About this exercise - Report every line below that holds the word "BuildSketch".

== Provided data ==

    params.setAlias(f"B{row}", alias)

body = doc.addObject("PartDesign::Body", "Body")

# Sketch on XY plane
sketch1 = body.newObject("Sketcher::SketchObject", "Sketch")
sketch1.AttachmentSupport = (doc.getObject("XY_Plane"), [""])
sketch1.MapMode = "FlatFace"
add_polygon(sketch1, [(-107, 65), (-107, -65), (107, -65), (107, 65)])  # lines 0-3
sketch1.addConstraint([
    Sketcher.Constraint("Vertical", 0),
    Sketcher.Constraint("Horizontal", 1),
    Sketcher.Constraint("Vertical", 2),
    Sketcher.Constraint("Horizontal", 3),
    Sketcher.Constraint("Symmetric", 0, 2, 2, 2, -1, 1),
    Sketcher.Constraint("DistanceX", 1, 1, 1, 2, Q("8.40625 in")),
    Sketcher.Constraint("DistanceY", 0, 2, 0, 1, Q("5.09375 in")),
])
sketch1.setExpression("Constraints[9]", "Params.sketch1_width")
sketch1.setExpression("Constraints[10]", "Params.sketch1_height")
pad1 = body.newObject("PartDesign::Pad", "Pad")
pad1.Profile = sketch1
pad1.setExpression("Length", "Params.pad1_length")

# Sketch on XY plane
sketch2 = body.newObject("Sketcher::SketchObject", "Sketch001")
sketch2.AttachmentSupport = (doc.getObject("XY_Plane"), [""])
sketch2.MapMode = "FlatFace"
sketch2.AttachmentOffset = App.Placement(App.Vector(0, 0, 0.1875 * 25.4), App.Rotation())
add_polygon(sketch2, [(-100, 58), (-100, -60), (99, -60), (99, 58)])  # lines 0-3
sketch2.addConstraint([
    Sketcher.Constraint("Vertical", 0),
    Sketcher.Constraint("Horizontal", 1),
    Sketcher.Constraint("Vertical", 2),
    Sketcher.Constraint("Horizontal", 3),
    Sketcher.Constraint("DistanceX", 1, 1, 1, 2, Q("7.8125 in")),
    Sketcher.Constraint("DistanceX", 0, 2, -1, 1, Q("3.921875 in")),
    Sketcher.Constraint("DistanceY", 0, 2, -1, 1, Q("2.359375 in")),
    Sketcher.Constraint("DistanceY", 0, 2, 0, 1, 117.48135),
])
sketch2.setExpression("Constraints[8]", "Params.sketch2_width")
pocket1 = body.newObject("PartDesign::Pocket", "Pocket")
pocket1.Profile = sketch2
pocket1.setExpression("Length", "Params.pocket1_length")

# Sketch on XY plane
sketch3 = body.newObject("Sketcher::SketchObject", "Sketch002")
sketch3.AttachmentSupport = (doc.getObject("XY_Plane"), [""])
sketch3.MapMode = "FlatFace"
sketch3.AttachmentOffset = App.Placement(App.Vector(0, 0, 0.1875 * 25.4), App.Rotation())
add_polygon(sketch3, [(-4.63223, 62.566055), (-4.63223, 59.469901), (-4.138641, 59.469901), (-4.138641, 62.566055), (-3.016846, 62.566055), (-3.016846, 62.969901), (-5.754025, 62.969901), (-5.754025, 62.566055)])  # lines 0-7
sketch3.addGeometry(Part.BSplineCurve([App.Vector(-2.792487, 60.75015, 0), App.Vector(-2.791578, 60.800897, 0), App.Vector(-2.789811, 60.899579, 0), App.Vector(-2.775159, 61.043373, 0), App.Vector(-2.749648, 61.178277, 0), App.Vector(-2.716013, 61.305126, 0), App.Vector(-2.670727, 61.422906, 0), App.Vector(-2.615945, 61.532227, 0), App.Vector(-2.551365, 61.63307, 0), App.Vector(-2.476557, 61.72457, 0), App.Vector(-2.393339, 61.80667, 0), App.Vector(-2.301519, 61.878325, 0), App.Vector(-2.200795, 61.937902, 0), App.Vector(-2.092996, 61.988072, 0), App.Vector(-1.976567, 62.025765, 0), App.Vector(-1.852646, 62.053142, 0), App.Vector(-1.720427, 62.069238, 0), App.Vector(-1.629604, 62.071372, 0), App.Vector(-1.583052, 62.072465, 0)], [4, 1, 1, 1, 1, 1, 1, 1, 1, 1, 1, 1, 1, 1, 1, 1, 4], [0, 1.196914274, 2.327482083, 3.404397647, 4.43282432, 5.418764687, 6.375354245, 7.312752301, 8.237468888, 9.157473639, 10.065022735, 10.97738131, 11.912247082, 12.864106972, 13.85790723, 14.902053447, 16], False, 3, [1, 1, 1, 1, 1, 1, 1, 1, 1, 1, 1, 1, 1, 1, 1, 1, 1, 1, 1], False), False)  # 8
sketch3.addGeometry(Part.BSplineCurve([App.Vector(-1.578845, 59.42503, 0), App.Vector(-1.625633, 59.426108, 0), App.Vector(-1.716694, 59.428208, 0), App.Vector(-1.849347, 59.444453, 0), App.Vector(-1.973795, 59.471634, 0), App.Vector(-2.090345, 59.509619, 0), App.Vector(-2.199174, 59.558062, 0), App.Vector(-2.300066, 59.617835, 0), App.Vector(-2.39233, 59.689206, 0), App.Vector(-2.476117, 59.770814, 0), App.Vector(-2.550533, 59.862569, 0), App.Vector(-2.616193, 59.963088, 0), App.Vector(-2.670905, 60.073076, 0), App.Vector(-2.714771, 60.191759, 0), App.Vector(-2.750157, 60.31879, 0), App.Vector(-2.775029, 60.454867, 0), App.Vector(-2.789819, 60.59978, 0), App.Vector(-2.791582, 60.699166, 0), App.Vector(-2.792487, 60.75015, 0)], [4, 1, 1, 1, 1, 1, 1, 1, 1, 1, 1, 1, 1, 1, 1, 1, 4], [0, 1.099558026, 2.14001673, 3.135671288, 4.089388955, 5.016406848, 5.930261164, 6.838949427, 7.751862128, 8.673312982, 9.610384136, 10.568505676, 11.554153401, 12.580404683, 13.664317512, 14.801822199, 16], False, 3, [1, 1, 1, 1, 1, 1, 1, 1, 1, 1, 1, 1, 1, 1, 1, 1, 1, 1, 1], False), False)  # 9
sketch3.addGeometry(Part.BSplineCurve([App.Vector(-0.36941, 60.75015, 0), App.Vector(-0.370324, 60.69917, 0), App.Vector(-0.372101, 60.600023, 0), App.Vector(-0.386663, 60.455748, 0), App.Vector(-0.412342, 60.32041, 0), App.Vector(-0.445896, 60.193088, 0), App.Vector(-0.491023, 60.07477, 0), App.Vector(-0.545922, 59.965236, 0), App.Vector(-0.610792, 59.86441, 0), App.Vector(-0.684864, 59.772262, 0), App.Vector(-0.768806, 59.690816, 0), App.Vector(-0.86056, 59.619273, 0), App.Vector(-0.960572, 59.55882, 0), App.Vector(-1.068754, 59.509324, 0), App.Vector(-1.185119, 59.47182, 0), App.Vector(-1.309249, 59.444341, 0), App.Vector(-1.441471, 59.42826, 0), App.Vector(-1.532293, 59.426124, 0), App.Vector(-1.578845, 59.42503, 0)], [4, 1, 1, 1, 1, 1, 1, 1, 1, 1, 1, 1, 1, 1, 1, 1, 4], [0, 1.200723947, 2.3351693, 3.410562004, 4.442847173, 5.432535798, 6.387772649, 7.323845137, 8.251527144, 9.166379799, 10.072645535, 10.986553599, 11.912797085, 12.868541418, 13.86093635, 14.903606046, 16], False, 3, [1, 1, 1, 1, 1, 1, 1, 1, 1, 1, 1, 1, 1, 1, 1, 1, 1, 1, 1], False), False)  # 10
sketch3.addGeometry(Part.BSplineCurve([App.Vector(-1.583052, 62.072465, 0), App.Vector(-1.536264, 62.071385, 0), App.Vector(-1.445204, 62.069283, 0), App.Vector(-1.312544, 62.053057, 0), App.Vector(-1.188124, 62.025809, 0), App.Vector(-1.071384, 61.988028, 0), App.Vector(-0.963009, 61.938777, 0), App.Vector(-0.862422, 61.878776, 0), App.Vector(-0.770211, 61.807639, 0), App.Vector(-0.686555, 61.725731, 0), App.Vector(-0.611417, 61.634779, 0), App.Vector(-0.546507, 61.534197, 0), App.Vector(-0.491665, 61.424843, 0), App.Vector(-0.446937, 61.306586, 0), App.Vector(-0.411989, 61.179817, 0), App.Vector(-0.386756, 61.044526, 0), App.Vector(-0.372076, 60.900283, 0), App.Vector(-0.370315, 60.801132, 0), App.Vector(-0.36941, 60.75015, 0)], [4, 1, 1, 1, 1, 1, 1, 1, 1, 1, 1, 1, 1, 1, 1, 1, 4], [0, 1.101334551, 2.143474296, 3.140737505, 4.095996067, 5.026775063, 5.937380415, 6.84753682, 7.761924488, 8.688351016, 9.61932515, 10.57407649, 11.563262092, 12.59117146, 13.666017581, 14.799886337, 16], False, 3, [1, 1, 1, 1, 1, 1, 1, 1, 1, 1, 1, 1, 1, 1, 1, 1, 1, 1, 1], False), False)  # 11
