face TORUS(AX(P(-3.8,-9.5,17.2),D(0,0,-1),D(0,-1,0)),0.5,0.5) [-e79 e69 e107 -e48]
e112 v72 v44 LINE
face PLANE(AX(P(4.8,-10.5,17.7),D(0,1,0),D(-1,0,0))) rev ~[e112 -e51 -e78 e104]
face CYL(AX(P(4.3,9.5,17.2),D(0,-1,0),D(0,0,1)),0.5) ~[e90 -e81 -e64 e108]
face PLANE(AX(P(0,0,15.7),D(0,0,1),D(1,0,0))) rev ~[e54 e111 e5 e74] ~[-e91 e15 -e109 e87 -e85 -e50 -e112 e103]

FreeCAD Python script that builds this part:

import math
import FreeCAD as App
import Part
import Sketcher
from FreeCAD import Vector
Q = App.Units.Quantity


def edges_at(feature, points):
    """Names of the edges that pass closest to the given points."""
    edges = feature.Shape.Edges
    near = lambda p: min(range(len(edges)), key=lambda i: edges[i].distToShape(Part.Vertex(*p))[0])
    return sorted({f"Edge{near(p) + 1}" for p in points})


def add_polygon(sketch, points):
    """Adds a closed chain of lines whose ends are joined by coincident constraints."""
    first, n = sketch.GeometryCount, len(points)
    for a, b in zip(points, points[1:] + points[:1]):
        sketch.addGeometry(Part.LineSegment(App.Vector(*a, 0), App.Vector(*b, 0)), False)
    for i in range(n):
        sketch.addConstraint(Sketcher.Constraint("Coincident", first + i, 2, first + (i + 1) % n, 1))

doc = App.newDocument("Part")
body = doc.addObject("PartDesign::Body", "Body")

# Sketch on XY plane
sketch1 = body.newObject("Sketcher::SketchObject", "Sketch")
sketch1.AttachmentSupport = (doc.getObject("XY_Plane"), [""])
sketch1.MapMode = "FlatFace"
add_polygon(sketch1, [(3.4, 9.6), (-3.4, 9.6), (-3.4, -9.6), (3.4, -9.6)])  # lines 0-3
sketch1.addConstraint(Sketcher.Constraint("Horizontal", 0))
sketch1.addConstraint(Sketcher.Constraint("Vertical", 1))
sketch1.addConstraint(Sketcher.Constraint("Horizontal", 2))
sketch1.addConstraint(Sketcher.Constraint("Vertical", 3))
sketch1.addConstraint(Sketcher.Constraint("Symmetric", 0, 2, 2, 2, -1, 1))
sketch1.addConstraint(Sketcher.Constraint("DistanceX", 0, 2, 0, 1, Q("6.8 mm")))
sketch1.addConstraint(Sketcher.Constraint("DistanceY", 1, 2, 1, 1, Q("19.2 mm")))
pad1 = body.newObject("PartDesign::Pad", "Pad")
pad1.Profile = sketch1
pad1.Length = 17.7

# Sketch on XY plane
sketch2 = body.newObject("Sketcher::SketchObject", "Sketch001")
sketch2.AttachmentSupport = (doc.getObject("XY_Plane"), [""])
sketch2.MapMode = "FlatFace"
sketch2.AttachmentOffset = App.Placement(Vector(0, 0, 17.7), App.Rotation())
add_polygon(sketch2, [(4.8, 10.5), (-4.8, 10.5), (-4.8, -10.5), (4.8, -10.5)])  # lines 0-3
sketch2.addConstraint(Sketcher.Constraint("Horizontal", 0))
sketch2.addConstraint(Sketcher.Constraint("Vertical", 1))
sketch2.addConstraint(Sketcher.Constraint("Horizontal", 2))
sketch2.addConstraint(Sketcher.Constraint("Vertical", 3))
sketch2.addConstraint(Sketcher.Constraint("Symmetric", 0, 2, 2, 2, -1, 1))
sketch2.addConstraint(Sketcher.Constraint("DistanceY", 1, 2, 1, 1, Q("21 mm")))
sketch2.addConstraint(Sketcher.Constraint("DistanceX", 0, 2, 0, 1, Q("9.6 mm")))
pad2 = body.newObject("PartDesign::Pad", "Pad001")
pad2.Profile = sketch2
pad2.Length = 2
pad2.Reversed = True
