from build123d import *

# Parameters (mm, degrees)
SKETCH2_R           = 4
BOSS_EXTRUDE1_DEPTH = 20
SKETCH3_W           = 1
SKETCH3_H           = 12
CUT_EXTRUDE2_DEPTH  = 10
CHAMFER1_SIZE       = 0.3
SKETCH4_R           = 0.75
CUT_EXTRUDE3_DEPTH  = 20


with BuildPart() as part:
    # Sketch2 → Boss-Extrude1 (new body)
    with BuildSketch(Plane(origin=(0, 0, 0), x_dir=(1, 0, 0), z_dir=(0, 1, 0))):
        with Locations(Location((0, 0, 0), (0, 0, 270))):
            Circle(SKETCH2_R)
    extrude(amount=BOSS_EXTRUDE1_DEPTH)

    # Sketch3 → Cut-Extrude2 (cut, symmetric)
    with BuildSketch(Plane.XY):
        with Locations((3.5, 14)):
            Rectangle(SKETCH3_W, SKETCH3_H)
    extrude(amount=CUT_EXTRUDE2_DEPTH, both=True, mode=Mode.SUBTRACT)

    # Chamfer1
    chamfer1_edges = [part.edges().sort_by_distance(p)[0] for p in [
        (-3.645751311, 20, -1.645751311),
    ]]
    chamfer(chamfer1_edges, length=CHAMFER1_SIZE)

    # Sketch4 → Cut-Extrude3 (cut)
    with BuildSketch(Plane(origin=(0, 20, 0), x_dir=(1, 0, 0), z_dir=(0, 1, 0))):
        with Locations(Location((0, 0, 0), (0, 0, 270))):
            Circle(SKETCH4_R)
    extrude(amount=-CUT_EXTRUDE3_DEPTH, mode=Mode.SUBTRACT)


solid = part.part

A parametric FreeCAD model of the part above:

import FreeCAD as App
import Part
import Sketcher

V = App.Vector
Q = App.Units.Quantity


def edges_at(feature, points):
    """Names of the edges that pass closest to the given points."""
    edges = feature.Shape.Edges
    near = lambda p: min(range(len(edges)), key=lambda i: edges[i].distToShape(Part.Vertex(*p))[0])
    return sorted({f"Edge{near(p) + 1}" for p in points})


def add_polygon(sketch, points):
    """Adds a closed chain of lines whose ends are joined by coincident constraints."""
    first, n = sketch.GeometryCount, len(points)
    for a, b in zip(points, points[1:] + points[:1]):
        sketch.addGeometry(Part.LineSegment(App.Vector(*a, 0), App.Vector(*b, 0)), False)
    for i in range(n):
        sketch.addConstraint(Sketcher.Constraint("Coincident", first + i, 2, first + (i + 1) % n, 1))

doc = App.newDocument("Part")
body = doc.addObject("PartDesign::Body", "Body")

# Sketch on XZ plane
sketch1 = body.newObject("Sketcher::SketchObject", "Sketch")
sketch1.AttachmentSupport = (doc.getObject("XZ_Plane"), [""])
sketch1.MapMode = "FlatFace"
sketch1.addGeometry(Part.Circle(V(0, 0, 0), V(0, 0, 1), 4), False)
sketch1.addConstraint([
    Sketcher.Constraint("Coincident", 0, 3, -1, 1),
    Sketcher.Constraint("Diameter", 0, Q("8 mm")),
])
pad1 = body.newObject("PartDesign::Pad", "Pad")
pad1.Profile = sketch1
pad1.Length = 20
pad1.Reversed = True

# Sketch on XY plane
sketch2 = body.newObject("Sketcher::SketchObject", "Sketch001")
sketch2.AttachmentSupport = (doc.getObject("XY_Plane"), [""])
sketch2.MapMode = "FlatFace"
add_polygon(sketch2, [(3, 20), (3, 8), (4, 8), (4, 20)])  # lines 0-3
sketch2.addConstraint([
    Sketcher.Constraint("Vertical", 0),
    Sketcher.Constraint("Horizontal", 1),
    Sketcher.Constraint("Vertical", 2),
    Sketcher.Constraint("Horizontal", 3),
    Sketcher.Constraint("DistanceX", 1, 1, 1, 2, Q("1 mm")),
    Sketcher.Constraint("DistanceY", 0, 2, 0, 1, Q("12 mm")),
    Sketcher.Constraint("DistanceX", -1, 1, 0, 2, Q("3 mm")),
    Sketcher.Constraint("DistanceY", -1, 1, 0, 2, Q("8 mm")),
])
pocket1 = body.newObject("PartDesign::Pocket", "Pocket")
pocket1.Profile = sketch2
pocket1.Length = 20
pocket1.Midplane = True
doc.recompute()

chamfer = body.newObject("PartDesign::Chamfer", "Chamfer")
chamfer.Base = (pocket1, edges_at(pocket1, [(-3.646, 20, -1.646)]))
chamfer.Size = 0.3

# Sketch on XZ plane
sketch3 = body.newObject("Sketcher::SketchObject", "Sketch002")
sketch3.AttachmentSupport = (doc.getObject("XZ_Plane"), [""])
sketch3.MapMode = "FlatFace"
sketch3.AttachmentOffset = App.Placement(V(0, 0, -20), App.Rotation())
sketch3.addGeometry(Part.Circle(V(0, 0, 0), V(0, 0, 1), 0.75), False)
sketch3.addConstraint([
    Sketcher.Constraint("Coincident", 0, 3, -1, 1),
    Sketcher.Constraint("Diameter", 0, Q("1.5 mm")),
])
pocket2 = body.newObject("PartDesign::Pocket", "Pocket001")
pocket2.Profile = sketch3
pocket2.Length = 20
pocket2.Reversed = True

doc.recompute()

===

Answer -
    with BuildSketch(Plane(origin=(0, 0, 0), x_dir=(1, 0, 0), z_dir=(0, 1, 0))):
    with BuildSketch(Plane.XY):
    with BuildSketch(Plane(origin=(0, 20, 0), x_dir=(1, 0, 0), z_dir=(0, 1, 0))):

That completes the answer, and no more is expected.